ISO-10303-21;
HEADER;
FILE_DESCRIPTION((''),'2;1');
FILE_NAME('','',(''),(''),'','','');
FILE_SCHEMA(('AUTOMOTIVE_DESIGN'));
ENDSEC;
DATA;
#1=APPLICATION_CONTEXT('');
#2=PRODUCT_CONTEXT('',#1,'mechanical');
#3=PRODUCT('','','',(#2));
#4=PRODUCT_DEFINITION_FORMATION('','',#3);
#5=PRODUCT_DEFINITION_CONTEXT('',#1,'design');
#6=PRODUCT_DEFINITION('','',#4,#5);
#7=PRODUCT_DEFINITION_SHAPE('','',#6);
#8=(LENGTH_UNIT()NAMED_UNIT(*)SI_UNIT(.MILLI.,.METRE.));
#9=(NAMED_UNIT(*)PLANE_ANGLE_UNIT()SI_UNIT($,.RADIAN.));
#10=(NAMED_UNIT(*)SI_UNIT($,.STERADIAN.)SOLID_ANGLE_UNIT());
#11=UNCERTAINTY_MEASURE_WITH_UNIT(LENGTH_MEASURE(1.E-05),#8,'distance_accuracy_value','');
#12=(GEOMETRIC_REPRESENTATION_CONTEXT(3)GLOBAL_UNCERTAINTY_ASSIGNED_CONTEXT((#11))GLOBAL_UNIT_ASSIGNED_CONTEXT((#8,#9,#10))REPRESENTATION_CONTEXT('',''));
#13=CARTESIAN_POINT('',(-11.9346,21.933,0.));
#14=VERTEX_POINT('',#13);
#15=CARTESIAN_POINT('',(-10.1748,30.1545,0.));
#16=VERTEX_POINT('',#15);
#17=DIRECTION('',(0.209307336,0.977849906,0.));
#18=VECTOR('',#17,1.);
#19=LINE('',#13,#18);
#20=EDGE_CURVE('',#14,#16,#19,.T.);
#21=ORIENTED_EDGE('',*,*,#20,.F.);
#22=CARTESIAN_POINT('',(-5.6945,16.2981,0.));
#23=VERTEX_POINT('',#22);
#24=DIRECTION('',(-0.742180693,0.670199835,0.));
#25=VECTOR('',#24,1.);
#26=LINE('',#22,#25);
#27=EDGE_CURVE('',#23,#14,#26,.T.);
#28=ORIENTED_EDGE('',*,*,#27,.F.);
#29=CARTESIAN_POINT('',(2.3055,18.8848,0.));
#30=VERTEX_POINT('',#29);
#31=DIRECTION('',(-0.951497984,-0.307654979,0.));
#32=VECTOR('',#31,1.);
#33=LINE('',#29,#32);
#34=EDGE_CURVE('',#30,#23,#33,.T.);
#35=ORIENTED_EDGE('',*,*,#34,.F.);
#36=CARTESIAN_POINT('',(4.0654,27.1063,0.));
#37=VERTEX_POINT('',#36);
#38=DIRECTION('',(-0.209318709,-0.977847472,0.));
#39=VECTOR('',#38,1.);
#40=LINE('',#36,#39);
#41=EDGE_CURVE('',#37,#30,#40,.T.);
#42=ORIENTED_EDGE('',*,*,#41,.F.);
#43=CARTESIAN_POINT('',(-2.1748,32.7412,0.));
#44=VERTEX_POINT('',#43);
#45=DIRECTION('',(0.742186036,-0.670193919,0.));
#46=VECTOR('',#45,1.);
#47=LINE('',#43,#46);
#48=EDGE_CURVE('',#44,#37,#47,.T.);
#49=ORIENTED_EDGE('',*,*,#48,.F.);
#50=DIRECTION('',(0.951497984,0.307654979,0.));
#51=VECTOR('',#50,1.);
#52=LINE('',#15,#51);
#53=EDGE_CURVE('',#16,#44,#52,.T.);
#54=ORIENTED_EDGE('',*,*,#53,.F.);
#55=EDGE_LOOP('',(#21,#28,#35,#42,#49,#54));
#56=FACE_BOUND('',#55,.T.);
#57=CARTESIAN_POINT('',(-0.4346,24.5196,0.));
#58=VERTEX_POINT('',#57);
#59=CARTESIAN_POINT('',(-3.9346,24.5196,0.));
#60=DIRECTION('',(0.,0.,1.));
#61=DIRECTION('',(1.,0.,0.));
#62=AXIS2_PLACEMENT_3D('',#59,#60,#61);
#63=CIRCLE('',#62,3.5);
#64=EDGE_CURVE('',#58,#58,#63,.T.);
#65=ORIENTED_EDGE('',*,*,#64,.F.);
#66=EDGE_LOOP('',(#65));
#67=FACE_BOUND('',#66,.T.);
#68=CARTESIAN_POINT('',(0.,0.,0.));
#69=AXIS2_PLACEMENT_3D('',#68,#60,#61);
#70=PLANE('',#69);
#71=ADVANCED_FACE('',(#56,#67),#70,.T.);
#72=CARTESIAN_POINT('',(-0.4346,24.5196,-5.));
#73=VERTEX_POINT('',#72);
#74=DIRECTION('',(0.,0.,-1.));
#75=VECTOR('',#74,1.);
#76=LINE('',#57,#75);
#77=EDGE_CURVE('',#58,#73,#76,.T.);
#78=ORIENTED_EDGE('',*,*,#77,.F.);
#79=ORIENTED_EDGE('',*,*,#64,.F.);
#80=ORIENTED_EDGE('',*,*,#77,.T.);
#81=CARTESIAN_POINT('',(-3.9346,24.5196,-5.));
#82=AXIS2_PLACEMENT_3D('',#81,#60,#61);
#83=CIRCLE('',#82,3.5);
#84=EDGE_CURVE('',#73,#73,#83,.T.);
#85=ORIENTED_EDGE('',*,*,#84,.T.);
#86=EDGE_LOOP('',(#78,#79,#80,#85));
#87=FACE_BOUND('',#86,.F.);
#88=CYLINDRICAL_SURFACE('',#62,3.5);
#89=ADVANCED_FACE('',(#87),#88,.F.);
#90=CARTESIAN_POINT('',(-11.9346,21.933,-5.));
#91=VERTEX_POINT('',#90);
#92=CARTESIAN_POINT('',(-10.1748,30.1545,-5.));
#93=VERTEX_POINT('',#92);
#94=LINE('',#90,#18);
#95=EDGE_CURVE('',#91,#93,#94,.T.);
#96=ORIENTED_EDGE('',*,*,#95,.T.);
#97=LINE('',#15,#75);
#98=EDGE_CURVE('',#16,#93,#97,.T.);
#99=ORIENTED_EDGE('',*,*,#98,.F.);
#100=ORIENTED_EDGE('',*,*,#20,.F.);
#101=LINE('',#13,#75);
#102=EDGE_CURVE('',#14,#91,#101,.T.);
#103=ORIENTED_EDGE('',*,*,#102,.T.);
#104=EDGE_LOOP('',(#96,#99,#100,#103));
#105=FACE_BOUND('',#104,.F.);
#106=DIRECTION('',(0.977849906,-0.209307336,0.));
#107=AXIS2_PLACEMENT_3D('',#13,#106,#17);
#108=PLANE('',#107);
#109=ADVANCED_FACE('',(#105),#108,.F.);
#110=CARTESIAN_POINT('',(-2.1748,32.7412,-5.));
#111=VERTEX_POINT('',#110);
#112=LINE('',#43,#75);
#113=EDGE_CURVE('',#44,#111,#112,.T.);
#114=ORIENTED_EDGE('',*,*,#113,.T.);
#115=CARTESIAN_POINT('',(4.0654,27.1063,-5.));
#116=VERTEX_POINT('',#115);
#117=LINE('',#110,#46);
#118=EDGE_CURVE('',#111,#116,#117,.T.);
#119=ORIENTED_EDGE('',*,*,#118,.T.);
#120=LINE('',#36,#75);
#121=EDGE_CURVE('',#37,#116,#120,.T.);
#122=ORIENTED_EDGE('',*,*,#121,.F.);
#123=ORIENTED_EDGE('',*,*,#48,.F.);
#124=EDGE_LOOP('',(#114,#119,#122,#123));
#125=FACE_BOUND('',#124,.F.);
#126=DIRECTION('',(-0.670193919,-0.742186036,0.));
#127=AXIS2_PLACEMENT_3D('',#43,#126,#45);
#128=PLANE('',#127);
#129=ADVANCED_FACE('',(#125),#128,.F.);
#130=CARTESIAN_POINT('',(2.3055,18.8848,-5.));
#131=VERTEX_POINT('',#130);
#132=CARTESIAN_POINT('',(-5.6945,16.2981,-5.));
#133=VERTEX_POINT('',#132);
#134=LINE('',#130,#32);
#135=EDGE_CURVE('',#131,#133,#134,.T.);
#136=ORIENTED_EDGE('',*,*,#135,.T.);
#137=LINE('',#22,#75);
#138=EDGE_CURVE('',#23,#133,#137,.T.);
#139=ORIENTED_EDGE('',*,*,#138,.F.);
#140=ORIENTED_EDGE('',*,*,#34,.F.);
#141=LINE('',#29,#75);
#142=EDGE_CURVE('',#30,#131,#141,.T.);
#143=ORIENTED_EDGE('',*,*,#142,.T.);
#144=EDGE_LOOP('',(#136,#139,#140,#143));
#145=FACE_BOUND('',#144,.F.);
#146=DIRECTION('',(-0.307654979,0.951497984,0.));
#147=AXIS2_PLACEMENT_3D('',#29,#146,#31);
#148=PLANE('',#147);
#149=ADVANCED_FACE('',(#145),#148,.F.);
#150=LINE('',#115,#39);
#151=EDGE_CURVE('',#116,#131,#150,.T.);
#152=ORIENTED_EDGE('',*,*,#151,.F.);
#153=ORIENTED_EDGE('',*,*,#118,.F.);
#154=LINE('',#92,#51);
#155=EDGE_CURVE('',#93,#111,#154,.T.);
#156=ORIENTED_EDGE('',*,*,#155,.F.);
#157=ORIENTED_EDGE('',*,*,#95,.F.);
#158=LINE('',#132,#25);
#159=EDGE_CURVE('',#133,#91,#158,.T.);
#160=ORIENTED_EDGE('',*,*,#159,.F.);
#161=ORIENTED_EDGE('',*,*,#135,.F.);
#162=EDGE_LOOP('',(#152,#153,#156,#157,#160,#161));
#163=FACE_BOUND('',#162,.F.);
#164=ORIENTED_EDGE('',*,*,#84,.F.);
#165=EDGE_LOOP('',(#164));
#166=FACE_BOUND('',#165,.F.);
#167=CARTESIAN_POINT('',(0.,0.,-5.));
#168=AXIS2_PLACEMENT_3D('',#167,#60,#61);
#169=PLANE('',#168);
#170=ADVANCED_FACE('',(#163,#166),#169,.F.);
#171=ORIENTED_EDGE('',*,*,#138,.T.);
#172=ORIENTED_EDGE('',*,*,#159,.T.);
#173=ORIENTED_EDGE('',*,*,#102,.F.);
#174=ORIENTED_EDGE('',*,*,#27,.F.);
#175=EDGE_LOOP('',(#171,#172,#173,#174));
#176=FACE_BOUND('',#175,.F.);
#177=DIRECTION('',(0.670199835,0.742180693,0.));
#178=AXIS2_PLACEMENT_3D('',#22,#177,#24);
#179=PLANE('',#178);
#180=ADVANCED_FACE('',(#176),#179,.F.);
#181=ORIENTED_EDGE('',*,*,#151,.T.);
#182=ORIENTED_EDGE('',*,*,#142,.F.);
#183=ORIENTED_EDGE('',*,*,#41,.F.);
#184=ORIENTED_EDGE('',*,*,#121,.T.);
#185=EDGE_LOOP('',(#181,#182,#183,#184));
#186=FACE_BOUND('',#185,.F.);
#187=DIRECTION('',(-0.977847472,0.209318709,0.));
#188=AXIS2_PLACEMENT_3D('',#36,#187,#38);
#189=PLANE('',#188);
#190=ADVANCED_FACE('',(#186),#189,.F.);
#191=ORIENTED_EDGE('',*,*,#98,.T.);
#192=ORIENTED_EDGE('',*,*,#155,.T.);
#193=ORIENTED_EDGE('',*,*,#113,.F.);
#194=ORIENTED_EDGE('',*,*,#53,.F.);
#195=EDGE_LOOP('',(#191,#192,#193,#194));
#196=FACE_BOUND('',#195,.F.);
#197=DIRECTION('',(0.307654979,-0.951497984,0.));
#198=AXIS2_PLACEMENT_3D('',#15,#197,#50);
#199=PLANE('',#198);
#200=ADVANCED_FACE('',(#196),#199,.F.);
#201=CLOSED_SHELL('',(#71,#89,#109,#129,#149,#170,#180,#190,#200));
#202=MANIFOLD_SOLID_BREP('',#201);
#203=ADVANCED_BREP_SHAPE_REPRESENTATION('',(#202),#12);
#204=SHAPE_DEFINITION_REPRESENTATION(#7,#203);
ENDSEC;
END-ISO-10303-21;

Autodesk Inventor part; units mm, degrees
ref_plane "YZ Plane" through (0, 0, 0) normal (1, 0, 0) x (0, 1, 0)
ref_plane "XZ Plane" through (0, 0, 0) normal (0, 1, 0) x (-1, 0, 0)
ref_plane "XY Plane" through (0, 0, 0) normal (0, 0, 1) x (1, 0, 0)
sketch "Sketch1" plane through (0, 0, 0) normal (0, 0, 1) x (1, 0, 0)
  line L0 (4.0654, 27.1063) -> (2.3055, 18.8848)
  line L1 (2.3055, 18.8848) -> (-5.6945, 16.2981)
  line L2 (-5.6945, 16.2981) -> (-11.9346, 21.933)
  line L3 (-11.9346, 21.933) -> (-10.1748, 30.1545)
  line L4 (-10.1748, 30.1545) -> (-2.1748, 32.7412)
  line L5 (-2.1748, 32.7412) -> (4.0654, 27.1063)
  circle A0 centre (-3.9346, 24.5196) radius 3.5
extrude "Extrusion4" add sketch "Sketch1" against normal blind 5
sketch "Sketch2" plane through (0, 0, 0) normal (0, 0, 1) x (1, 0, 0)
  point P0 (0, 0)
properties part number "gaica" material "Bronze, Soft Tin"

________________________________________

YOUR INSTRUCTIONS.
Take the line above containing "#87=FACE_BOUND('',#86,.F.);", the line containing "#99=ORIENTED_EDGE('',*,*,#98,.F.);", and all lines in between, and copy them exactly without anything else.

YOUR SOLUTION.
#87=FACE_BOUND('',#86,.F.);
#88=CYLINDRICAL_SURFACE('',#62,3.5);
#89=ADVANCED_FACE('',(#87),#88,.F.);
#90=CARTESIAN_POINT('',(-11.9346,21.933,-5.));
#91=VERTEX_POINT('',#90);
#92=CARTESIAN_POINT('',(-10.1748,30.1545,-5.));
#93=VERTEX_POINT('',#92);
#94=LINE('',#90,#18);
#95=EDGE_CURVE('',#91,#93,#94,.T.);
#96=ORIENTED_EDGE('',*,*,#95,.T.);
#97=LINE('',#15,#75);
#98=EDGE_CURVE('',#16,#93,#97,.T.);
#99=ORIENTED_EDGE('',*,*,#98,.F.);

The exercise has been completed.